When implementing TAYA, can you write articles about your own company?

Posted November 26, 2022 in

Brian Casey

Coaching leaders and revenue teams on how to communicate, build trust, and win customers

The essence of They Ask, You Answer is building trust with your buyer through honest, helpful, and transparent content. But one common hesitation I've seen in working with hundreds of content managers is writing content about your own company.

This idea likely stems from writing "Best Of" competitor comparison articles where you purposely exclude your company from a list of best vendors in your space. There's absolutely a reason that in that article type you'd want to avoid including yourself on the list - just think about how you'd feel if you were searching for best vendors and you landed on a company website that listed themselves as one of the best. *cringe*

But let me empathetically state that you not only can, but should be writing about your company.

I guarantee you that at a certain point in the sales process your potential buyers are vetting you as a supplier. And with that comes questions about...you guessed it...you as a supplier. Your sales team likely has heard questions like "Why should I buy from you?" or "What makes your widget different from theirs?" or "Why is your cost more expensive than the other guys?"
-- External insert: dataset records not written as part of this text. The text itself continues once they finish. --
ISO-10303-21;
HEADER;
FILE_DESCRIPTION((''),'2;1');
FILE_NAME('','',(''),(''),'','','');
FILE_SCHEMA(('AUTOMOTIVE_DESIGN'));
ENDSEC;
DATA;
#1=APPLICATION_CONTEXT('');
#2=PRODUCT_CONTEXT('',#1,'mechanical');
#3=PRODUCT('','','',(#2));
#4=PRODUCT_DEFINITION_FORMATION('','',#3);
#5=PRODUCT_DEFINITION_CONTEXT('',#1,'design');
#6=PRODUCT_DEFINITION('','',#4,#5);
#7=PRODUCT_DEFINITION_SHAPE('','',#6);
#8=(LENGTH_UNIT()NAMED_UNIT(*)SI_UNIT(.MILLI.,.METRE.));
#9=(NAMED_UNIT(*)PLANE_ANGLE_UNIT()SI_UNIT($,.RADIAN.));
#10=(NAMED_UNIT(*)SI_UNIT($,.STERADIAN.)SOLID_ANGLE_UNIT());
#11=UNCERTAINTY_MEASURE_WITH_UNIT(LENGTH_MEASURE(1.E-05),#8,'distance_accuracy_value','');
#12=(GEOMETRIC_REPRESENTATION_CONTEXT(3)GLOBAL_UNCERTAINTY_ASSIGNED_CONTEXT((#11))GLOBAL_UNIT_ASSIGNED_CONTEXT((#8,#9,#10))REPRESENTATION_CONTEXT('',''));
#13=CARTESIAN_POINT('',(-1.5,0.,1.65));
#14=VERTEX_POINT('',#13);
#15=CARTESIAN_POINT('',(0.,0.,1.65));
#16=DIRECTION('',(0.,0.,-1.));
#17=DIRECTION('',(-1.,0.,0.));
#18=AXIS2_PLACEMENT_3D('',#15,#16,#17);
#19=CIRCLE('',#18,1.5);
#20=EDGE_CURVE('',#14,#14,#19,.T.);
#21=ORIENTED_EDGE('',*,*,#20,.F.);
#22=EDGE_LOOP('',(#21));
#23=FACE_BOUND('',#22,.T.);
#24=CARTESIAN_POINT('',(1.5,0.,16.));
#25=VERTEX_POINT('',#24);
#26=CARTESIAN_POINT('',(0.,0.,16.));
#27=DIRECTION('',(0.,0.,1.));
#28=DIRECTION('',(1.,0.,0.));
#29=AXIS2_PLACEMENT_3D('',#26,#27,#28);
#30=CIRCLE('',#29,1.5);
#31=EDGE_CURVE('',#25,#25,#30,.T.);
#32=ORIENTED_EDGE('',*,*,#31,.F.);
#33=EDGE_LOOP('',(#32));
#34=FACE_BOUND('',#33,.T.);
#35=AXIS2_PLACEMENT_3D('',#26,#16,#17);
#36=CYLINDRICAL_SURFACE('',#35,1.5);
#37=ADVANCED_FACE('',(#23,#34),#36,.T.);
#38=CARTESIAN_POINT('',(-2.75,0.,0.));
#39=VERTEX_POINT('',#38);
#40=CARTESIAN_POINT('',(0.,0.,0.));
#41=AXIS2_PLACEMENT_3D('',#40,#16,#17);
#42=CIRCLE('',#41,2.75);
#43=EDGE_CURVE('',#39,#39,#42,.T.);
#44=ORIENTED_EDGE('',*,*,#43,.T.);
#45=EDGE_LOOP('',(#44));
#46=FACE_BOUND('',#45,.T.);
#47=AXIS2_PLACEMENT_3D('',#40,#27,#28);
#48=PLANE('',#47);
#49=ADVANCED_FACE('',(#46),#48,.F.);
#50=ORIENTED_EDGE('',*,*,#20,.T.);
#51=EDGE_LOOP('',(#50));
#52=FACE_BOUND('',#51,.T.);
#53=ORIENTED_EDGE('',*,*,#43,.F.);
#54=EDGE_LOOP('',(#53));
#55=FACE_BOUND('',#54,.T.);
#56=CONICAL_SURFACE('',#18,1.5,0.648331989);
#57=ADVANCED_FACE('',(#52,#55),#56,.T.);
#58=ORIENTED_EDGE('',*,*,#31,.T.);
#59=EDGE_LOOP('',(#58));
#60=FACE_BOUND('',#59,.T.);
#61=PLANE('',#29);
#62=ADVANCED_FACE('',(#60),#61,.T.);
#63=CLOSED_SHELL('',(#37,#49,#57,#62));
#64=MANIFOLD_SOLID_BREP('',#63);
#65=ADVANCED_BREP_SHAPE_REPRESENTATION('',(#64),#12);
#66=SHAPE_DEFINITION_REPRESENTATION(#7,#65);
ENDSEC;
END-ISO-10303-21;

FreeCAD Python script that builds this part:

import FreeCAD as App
import Part
import Sketcher
from FreeCAD import Vector

doc = App.newDocument("Part")
body = doc.addObject("PartDesign::Body", "Body")

sketch1 = body.newObject("Sketcher::SketchObject", "Sketch")
sketch1.AttachmentSupport = (doc.getObject("XY_Plane"), [""])
sketch1.MapMode = "FlatFace"
sketch1.addGeometry(Part.Circle(Vector(0, 0, 0), Vector(0, 0, 1), 1.5), False)
sketch1.addConstraint([
    Sketcher.Constraint("Coincident", 0, 3, -1, 1),
    Sketcher.Constraint("Diameter", 0, 3.0),
])
pad1 = body.newObject("PartDesign::Pad", "Pad")
pad1.Profile = sketch1
pad1.Length = 16

sketch2 = body.newObject("Sketcher::SketchObject", "Sketch001")
sketch2.AttachmentSupport = (doc.getObject("XZ_Plane"), [""])
sketch2.MapMode = "FlatFace"
sketch2.addGeometry([
    Part.LineSegment(Vector(2.8, 0, 0), Vector(1.5, 0, 0)),
    Part.LineSegment(Vector(1.5, 0, 0), Vector(1.5, 1.6, 0)),
    Part.LineSegment(Vector(1.5, 1.6, 0), Vector(2.8, 0, 0)),
], False)
sketch2.addConstraint([
    Sketcher.Constraint("Coincident", 0, 2, 1, 1),
    Sketcher.Constraint("Coincident", 1, 2, 2, 1),
    Sketcher.Constraint("Coincident", 2, 2, 0, 1),
    Sketcher.Constraint("Horizontal", 0),
    Sketcher.Constraint("Vertical", 1),
    Sketcher.Constraint("PointOnObject", 0, 2, -1),
    Sketcher.Constraint("DistanceX", 0, 2, 0, 1, 1.25),
    Sketcher.Constraint("DistanceY", 1, 1, 1, 2, 1.65),
    Sketcher.Constraint("DistanceX", -1, 1, 0, 2, 1.5),
])
revolution = body.newObject("PartDesign::Revolution", "Revolution")
revolution.Profile = sketch2
revolution.ReferenceAxis = (sketch2, ["V_Axis"])
revolution.Angle = 360

doc.recompute()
And if your potential buyer or customer is asking the question - you must answer it.

Now here's the trick. You have to address these questions in a way that builds trust.

That means you can't answer the question of "Why should I buy from you?" with an article titled "Why you should buy from us". Instead, use a bit more tact with something like "Is X company the right fit for you?"

When writing articles about your company keep 3 things in mind:
  1. Address the question as factually as possible. Use data and third-party verification to support anything positive you're claiming about yourself. Don't hide your skeletons in the closet either.
  2. Strip away your biases. Don't use an article where you're talking about your company as an opportunity to highlight the good things and overload the reader with features and benefits. Don't hide your skeletons in the closet - be open about them. It's better they learn about your downsides from you rather than someone else.
  3. Make sure your sales team knows when these articles are published. Articles addressing questions specifically about your company are great for assignment selling at later stages of the buying process.